**What this task involves**
Write out, word for word, only the data from its first line to the line containing "v 4.293 30 11.293".

**Raw data**
________________
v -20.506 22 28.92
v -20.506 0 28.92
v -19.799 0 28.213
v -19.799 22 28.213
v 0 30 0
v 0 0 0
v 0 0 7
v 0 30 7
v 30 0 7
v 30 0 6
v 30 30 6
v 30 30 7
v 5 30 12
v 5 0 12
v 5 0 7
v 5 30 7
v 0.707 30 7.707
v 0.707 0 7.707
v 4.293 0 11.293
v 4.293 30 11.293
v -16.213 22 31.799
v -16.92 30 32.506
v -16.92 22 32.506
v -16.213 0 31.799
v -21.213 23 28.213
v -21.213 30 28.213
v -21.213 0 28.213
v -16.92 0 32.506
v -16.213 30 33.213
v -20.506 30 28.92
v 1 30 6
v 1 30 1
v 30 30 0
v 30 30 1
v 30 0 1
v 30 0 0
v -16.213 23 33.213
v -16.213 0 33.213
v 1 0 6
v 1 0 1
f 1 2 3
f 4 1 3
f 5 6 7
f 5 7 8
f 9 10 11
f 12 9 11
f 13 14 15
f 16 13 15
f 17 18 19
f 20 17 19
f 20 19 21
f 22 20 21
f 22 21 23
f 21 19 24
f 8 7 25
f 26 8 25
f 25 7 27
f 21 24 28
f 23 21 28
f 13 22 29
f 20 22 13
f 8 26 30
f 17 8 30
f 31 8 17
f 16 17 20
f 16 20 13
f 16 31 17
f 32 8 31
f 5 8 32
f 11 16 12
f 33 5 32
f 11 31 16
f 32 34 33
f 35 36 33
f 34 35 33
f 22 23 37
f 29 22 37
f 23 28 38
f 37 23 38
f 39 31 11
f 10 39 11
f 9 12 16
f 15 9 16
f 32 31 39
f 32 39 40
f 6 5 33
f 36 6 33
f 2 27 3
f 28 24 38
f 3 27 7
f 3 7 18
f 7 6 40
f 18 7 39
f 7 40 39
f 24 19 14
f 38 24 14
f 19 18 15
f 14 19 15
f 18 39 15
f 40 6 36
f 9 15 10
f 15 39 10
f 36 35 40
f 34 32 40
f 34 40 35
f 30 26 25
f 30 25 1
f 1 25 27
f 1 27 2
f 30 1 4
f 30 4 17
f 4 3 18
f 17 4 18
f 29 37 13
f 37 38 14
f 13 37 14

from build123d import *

# Parameters (mm, degrees)
SKETCH1_W           = 30
SKETCH1_H           = 30
BOSS_EXTRUDE1_DEPTH = 7
SHELL1_T            = -1
SKETCH2_W           = 30
SKETCH2_H           = 7
BOSS_EXTRUDE2_DEPTH = 30
SKETCH3_W           = 30
SKETCH3_H           = 7
BOSS_EXTRUDE3_DEPTH = 30
SKETCH5_W           = 5
SKETCH5_H           = 23
BOSS_EXTRUDE4_DEPTH = 5
CUT_EXTRUDE6_DEPTH  = 23
SKETCH12_W          = 7.071067812
SKETCH12_H          = 23
BOSS_EXTRUDE6_DEPTH = 30
CUT_EXTRUDE7_DEPTH  = 22
CUT_EXTRUDE8_DEPTH  = 22
SHELL2_START        = 24
SHELL2_DEPTH        = 5
SHELL2_START_2      = 23
SHELL2_2_DEPTH      = 1
SHELL2_START_3      = 1
SHELL2_3_DEPTH      = 22
BOSS_EXTRUDE7_DEPTH = 1
BOSS_EXTRUDE8_DEPTH = 23
CUT_EXTRUDE10_DEPTH = 1
CUT_EXTRUDE11_DEPTH = 7
BOSS_EXTRUDE9_DEPTH = 7
CUT_EXTRUDE12_DEPTH = 7
SKETCH23_W          = 29
SKETCH23_H          = 5
CUT_EXTRUDE14_DEPTH = 7
CUT_EXTRUDE15_DEPTH = 7


# Read off the part's stored shape, not the designer's step: Shell2
with BuildPart() as part:
    # Sketch1 → Boss-Extrude1 (new body)
    with BuildSketch(Plane.XY):
        with Locations((15, 15)):
            Rectangle(SKETCH1_W, SKETCH1_H)
    extrude(amount=BOSS_EXTRUDE1_DEPTH)

    # Shell1
    shell1_openings = [part.faces().sort_by_distance(p)[0] for p in [
        (30, 15, 3.5),
        (15, 0, 3.5),
    ]]
    offset(amount=SHELL1_T, openings=shell1_openings, kind=Kind.INTERSECTION)

    # Sketch2 → Boss-Extrude2 (add)
    with BuildSketch(Plane.XY.offset(7)):
        with Locations((15, 26.5)):
            Rectangle(SKETCH2_W, SKETCH2_H)
    extrude(amount=BOSS_EXTRUDE2_DEPTH)

    # Sketch3 → Boss-Extrude3 (add)
    with BuildSketch(Plane.ZY):
        with Locations((22, 26.5)):
            Rectangle(SKETCH3_W, SKETCH3_H)
    extrude(amount=BOSS_EXTRUDE3_DEPTH)

    # Sketch5 → Boss-Extrude4 (add)
    with BuildSketch(Plane.XY.offset(7)):
        with Locations((2.5, 11.5)):
            Rectangle(SKETCH5_W, SKETCH5_H)
    extrude(amount=BOSS_EXTRUDE4_DEPTH)

    # Sketch6 → Cut-Extrude6 (cut)
    with BuildSketch(Plane.XZ):
        Polygon((0, 12), (5, 12), (0, 7), align=None)
    extrude(amount=-CUT_EXTRUDE6_DEPTH, mode=Mode.SUBTRACT)

    # Sketch12 → Boss-Extrude6 (add)
    with BuildSketch(Plane(origin=(-3.5, 0, 3.5), x_dir=(0.7071067811865475, 0, 0.7071067811865477), z_dir=(-0.7071067811865477, 0, 0.7071067811865475))):
        with Locations((8.485281374, 11.5)):
            Rectangle(SKETCH12_W, SKETCH12_H)
    extrude(amount=BOSS_EXTRUDE6_DEPTH)

    # Sketch13 → Cut-Extrude7 (cut)
    with BuildSketch(Plane.XZ):
        Polygon((-19.798989873, 28.213203436), (0.707106781, 7.707106781), (4.292893219, 11.292893219), (-16.213203436, 31.798989873), (-16.920310217, 32.506096654), (-20.506096654, 28.920310217), align=None)
    extrude(amount=-CUT_EXTRUDE7_DEPTH, mode=Mode.SUBTRACT)

    # Sketch4 → Cut-Extrude8 (cut)
    with BuildSketch(Plane.XZ.offset(-23)):
        Polygon((-30, 37), (0, 7), (-30, 7), align=None)
    extrude(amount=-CUT_EXTRUDE8_DEPTH, mode=Mode.SUBTRACT)

    # Shell2 outline → Shell2 (cut)
    with BuildSketch(Plane(origin=(0, 0, 0), x_dir=(1, 0, 0), z_dir=(0, 1, 0)).offset(SHELL2_START)):
        Polygon((29, -37), (29, -7), (1, -7), (1, -7.414213562), (-28.585786438, -37), align=None)
    extrude(amount=SHELL2_DEPTH, mode=Mode.SUBTRACT)

    # Shell2 2 outline → Shell2 2 (cut)
    with BuildSketch(Plane(origin=(0, 0, 0), x_dir=(1, 0, 0), z_dir=(0, 1, 0)).offset(SHELL2_START_2)):
        Polygon((4, -7), (1, -7), (1, -7.414213562), (-19.798989873, -28.213203435), (-16.213203436, -31.798989873), (4, -11.585786438), align=None)
    extrude(amount=SHELL2_2_DEPTH, mode=Mode.SUBTRACT)

    # Shell2 3 outline → Shell2 3 (cut)
    with BuildSketch(Plane(origin=(0, 0, 0), x_dir=(1, 0, 0), z_dir=(0, 1, 0)).offset(SHELL2_START_3)):
        Polygon((4, -9.585786438), (4, -7), (1.414213562, -7), align=None)
    extrude(amount=SHELL2_3_DEPTH, mode=Mode.SUBTRACT)

    # Sketch16 → Boss-Extrude7 (add)
    with BuildSketch(Plane(origin=(0, 23, 0), x_dir=(1, 0, 0), z_dir=(0, 1, 0))):
        Polygon((1.414213562, -7), (1, -7), (1, -7.414213562), (-19.798989873, -28.213203436), (-16.213203436, -31.798989873), (4, -11.585786438), (4, -9.585786438), align=None)
    extrude(amount=BOSS_EXTRUDE7_DEPTH)

    # Sketch18 → Boss-Extrude8 (add)
    with BuildSketch(Plane(origin=(0, 1, 0), x_dir=(1, 0, 0), z_dir=(0, 1, 0))):
        Polygon((4, -9.585786438), (4, -7), (1.414213562, -7), align=None)
    extrude(amount=BOSS_EXTRUDE8_DEPTH)

    # Sketch19 → Cut-Extrude10 (cut)
    with BuildSketch(Plane(origin=(30, 0, 0), x_dir=(0, 0, -1), z_dir=(1, 0, 0))):
        Polygon((-36, 29), (-37, 29), (-37, 24), (-36, 24), (-7, 24), (-7, 29), align=None)
    extrude(amount=-CUT_EXTRUDE10_DEPTH, mode=Mode.SUBTRACT)

    # Sketch17 → Cut-Extrude11 (cut)
    with BuildSketch(Plane(origin=(0, 30, 0), x_dir=(1, 0, 0), z_dir=(0, 1, 0))):
        Polygon((0, -7), (30, -7), (30, -37), (-30, -37), align=None)
    extrude(amount=-CUT_EXTRUDE11_DEPTH, mode=Mode.SUBTRACT)

    # Sketch21 → Boss-Extrude9 (add)
    with BuildSketch(Plane(origin=(0, 23, 0), x_dir=(1, 0, 0), z_dir=(0, 1, 0))):
        Polygon((5, -12), (5, -7), (0, -7), (-21.213203436, -28.213203436), (-16.213203436, -33.213203436), align=None)
    extrude(amount=BOSS_EXTRUDE9_DEPTH)

    # Sketch22 → Cut-Extrude12 (cut)
    with BuildSketch(Plane.XZ.offset(-22)):
        Polygon((-16.920310217, 32.506096654), (-20.506096654, 28.920310217), (0.707106781, 7.707106781), (4.292893219, 11.292893219), align=None)
    extrude(amount=-CUT_EXTRUDE12_DEPTH, mode=Mode.SUBTRACT)

    # Sketch23 → Cut-Extrude14 (cut)
    with BuildSketch(Plane(origin=(0, 30, 0), x_dir=(1, 0, 0), z_dir=(0, 1, 0))):
        with Locations((15.5, -3.5)):
            Rectangle(SKETCH23_W, SKETCH23_H)
    extrude(amount=-CUT_EXTRUDE14_DEPTH, mode=Mode.SUBTRACT)

    # Sketch24 → Cut-Extrude15 (cut)
    with BuildSketch(Plane.XZ.offset(-29)):
        Polygon((4.292893219, 11.292893219), (-16.920310217, 32.506096654), (-20.506096654, 28.920310217), (0.707106781, 7.707106781), align=None)
    extrude(amount=-CUT_EXTRUDE15_DEPTH, mode=Mode.SUBTRACT)


solid = part.part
________________
**Solution to this problem**
v -20.506 22 28.92
v -20.506 0 28.92
v -19.799 0 28.213
v -19.799 22 28.213
v 0 30 0
v 0 0 0
v 0 0 7
v 0 30 7
v 30 0 7
v 30 0 6
v 30 30 6
v 30 30 7
v 5 30 12
v 5 0 12
v 5 0 7
v 5 30 7
v 0.707 30 7.707
v 0.707 0 7.707
v 4.293 0 11.293
v 4.293 30 11.293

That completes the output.